Presidential candidate Donald Trump is fanning opposition to free trade in the Republican Party with sharp attacks on Nafta and calls for new tariffs. The departure next month of House Speaker John Boehner (R., Ohio), a powerful backer of Mr. Obama’s trade policy, could also complicate passage of any final agreement.

TRADE TRIALS

Three big issues continue to dog efforts to seal the Trans-Pacific Partnership

  • Cars: Japan and Mexico are feuding over whether duty-free status for cars will require most of a vehicle’s components to be made inside the new trade bloc.
  • Dairy: New Zealand, a founding member of the TPP talks, can’t stomach a deal that doesn’t open up other countries to its milk products, its biggest export. But Japan and Canada are pushing back to protect their domestic dairy industries.
  • Drugs: The U.S. wants up to 12 years of intellectual property protection for biologic drugs, but other countries in the bloc want five years, fearing greater exclusivity for brand-name drugs could cost their national health systems dearly.

 

“My hope is that, as they move through the latest round of talks in Atlanta this week, they consider what it will take to get a deal through Congress,” said Sen. Orrin Hatch (R., Utah), chairman of the Senate Finance Committee.

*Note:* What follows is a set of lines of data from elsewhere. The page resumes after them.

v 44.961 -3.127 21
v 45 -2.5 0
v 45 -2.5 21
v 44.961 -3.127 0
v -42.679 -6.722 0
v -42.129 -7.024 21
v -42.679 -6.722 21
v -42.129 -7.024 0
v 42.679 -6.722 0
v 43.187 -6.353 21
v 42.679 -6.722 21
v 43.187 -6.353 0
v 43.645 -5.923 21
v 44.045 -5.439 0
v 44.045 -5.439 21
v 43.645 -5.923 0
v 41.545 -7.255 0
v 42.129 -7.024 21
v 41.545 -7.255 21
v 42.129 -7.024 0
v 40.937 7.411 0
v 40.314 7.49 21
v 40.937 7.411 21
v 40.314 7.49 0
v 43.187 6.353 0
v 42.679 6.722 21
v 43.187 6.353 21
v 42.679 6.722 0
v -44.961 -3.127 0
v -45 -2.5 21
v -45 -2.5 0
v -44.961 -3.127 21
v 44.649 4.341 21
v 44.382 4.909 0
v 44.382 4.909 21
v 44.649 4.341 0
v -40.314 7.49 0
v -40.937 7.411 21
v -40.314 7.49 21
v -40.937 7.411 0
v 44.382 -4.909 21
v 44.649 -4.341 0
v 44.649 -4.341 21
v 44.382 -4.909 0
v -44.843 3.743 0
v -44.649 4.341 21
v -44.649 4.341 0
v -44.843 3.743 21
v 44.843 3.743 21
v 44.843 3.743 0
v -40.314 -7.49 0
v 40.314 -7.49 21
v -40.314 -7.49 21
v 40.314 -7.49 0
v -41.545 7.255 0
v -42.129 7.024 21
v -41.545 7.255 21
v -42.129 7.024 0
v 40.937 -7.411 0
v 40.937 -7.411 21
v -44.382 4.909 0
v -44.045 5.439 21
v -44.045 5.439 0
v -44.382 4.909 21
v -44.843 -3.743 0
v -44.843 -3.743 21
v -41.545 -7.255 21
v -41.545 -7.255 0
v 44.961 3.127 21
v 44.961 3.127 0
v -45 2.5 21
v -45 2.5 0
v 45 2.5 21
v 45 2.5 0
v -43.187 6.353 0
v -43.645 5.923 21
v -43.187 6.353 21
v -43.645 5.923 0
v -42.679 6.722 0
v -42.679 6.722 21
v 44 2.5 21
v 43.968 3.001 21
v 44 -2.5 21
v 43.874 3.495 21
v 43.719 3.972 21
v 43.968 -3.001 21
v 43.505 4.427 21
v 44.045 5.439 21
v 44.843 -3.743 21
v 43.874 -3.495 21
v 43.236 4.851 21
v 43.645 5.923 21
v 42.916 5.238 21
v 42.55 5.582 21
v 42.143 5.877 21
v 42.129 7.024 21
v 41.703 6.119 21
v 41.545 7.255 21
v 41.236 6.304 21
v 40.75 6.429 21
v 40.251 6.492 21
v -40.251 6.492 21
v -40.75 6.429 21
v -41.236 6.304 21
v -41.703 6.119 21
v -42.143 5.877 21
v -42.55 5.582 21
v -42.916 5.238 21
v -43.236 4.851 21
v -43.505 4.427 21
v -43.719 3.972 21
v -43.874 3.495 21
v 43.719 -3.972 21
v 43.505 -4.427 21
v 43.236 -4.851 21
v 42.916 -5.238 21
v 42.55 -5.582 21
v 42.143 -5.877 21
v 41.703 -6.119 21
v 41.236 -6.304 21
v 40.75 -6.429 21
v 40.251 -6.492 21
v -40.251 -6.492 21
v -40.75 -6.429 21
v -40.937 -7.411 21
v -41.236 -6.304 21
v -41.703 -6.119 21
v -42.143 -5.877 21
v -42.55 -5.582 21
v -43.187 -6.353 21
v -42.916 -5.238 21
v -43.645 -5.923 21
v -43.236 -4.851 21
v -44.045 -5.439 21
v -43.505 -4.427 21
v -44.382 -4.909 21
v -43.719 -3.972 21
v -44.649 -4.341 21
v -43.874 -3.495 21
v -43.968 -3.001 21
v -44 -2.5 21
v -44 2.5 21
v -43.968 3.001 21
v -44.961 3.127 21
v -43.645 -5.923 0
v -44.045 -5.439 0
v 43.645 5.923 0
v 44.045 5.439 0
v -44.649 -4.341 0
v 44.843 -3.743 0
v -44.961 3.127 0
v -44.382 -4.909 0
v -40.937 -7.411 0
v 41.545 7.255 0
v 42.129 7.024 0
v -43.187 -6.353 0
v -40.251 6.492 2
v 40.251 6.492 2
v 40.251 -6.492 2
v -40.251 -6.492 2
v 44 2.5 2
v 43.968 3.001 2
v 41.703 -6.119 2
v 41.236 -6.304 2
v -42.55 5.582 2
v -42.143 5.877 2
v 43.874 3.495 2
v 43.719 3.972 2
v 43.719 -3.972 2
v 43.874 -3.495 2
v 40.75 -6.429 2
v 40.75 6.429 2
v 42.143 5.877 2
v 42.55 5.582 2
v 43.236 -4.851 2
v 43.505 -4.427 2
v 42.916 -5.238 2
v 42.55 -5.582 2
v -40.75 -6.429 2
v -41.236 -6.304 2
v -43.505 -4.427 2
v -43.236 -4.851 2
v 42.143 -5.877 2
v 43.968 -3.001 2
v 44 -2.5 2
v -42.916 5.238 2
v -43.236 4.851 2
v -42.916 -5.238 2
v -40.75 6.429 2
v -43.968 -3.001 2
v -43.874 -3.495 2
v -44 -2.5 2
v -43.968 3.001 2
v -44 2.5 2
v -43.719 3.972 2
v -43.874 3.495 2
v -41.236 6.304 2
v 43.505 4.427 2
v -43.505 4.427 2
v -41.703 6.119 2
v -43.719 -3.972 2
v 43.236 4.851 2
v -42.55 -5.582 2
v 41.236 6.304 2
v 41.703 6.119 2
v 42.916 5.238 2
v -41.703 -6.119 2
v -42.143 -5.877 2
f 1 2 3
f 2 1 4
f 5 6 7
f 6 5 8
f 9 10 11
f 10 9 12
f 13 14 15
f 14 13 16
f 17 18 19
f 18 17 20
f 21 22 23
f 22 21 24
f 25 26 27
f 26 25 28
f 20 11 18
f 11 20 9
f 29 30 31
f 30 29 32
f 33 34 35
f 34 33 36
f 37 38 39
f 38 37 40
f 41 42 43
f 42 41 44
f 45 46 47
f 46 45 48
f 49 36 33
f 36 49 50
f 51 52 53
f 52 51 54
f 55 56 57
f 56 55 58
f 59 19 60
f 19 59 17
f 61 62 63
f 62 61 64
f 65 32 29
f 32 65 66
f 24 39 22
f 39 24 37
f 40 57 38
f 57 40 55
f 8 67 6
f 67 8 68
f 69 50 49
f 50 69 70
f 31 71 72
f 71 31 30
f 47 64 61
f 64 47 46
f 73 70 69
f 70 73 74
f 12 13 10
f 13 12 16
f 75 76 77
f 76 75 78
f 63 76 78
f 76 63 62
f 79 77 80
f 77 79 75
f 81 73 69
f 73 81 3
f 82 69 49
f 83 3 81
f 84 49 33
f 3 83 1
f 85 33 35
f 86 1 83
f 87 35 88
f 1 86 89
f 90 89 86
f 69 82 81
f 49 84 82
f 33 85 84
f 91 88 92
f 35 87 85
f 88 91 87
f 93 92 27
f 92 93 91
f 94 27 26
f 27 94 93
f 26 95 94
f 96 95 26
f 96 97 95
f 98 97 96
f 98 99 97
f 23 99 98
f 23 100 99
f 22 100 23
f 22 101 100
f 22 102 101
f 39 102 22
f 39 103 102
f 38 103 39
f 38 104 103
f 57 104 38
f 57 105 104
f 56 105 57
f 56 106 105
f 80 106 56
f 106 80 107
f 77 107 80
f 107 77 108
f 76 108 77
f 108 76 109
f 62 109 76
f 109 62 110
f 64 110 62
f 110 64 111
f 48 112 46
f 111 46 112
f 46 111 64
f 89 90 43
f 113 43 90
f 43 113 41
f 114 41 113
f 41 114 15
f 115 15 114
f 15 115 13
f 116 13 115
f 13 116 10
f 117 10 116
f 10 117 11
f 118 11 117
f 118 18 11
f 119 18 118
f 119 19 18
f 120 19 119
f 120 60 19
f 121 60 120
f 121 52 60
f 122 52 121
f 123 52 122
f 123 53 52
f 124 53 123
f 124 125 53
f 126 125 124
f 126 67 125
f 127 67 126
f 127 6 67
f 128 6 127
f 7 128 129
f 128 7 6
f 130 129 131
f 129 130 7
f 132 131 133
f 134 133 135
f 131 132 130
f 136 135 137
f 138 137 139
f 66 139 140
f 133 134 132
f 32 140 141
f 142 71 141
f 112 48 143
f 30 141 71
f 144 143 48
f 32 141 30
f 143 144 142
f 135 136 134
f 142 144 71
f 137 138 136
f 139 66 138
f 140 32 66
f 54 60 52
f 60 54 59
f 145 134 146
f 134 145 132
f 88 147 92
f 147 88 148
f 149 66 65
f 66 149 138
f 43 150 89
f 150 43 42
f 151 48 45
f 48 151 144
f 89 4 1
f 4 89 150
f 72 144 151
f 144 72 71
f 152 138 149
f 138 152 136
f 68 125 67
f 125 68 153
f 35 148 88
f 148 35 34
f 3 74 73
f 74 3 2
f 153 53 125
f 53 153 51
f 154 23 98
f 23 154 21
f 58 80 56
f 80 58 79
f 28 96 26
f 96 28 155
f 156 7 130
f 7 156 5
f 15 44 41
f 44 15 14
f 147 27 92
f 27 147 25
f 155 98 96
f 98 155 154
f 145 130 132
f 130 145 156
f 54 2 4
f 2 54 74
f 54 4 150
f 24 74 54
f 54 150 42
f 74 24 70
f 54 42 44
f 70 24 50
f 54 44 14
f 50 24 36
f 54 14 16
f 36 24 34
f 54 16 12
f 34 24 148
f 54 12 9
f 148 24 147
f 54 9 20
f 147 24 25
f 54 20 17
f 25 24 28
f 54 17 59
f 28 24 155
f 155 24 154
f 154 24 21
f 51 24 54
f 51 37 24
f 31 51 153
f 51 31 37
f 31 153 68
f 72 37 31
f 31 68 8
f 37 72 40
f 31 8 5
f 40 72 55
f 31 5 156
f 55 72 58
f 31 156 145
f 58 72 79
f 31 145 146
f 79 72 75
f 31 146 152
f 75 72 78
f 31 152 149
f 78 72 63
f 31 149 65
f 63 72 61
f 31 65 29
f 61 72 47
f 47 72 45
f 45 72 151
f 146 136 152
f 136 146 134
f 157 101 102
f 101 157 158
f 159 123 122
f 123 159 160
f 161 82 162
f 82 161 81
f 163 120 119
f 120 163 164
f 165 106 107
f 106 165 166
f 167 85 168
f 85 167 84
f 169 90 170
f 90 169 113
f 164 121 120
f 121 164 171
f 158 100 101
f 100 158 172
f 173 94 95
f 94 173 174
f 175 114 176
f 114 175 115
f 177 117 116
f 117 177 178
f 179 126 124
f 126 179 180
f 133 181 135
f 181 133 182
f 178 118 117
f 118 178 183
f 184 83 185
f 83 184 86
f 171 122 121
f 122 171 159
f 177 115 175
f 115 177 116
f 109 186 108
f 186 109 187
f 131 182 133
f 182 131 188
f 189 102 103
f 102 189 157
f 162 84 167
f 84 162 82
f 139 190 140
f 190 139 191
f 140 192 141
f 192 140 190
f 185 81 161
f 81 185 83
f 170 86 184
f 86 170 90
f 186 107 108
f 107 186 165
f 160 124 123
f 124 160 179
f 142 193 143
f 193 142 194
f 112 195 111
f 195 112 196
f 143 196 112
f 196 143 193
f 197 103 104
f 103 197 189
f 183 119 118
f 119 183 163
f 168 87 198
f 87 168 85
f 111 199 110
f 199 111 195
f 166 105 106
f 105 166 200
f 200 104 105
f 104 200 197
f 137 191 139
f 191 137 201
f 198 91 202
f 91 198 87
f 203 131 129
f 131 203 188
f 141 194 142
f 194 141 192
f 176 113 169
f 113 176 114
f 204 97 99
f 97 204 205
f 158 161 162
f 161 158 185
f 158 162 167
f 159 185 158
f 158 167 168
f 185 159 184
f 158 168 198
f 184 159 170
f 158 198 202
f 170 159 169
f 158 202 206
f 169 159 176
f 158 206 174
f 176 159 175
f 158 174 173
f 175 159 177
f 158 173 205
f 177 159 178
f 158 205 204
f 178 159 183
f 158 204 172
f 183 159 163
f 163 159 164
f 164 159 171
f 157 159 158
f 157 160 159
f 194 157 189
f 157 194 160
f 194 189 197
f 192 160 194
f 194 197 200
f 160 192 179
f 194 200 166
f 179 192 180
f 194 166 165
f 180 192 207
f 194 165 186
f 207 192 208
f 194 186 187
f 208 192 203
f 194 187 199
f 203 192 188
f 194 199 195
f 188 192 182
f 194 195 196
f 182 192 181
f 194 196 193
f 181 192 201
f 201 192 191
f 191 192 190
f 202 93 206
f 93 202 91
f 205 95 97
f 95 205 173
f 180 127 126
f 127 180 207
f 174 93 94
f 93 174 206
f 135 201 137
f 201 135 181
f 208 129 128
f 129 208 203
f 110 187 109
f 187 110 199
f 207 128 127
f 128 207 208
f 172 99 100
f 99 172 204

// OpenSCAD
$fn = 50;


difference() {
	union() {
		hull() {
			translate(v = [-40.0000000000, 2.5000000000, 0]) {
				cylinder(h = 21, r = 5);
			}
			translate(v = [40.0000000000, 2.5000000000, 0]) {
				cylinder(h = 21, r = 5);
			}
			translate(v = [-40.0000000000, -2.5000000000, 0]) {
				cylinder(h = 21, r = 5);
			}
			translate(v = [40.0000000000, -2.5000000000, 0]) {
				cylinder(h = 21, r = 5);
			}
		}
	}
	union() {
		translate(v = [0, 0, 2]) {
			#hull() {
				translate(v = [-40.0000000000, 2.5000000000, 0]) {
					cylinder(h = 19, r = 4);
				}
				translate(v = [40.0000000000, 2.5000000000, 0]) {
					cylinder(h = 19, r = 4);
				}
				translate(v = [-40.0000000000, -2.5000000000, 0]) {
					cylinder(h = 19, r = 4);
				}
				translate(v = [40.0000000000, -2.5000000000, 0]) {
					cylinder(h = 19, r = 4);
				}
			}
		}
	}
}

Despite concerns from several other countries in the TPP about drug affordability, the U.S. is pushing strong protection for biologic drugs. The issue of drug pricing has grown politicized in recent days, with Hillary Clinton proposing rules that would control spending on prescription drugs, which has depressed health-care stocks.

Perhaps the sourest issue of all is dairy products, the No. 1 export of New Zealand, a founding member of the trade talks. Despite pressure from the U.S. and New Zealand, Canadian politicians are reluctant to dismantle a complicated system that protects that country’s dairy farmers, limits imports and raises prices for consumers.

“It’s important that the U.S. obtain a balanced dairy package that provides significant new access to Canada’s dairy market,” among other priorities, said Sen. Ron Wyden, the top Democrat on the Senate committee that overseas trade. “I expect the negotiations will continue until such an agreement can be obtained.”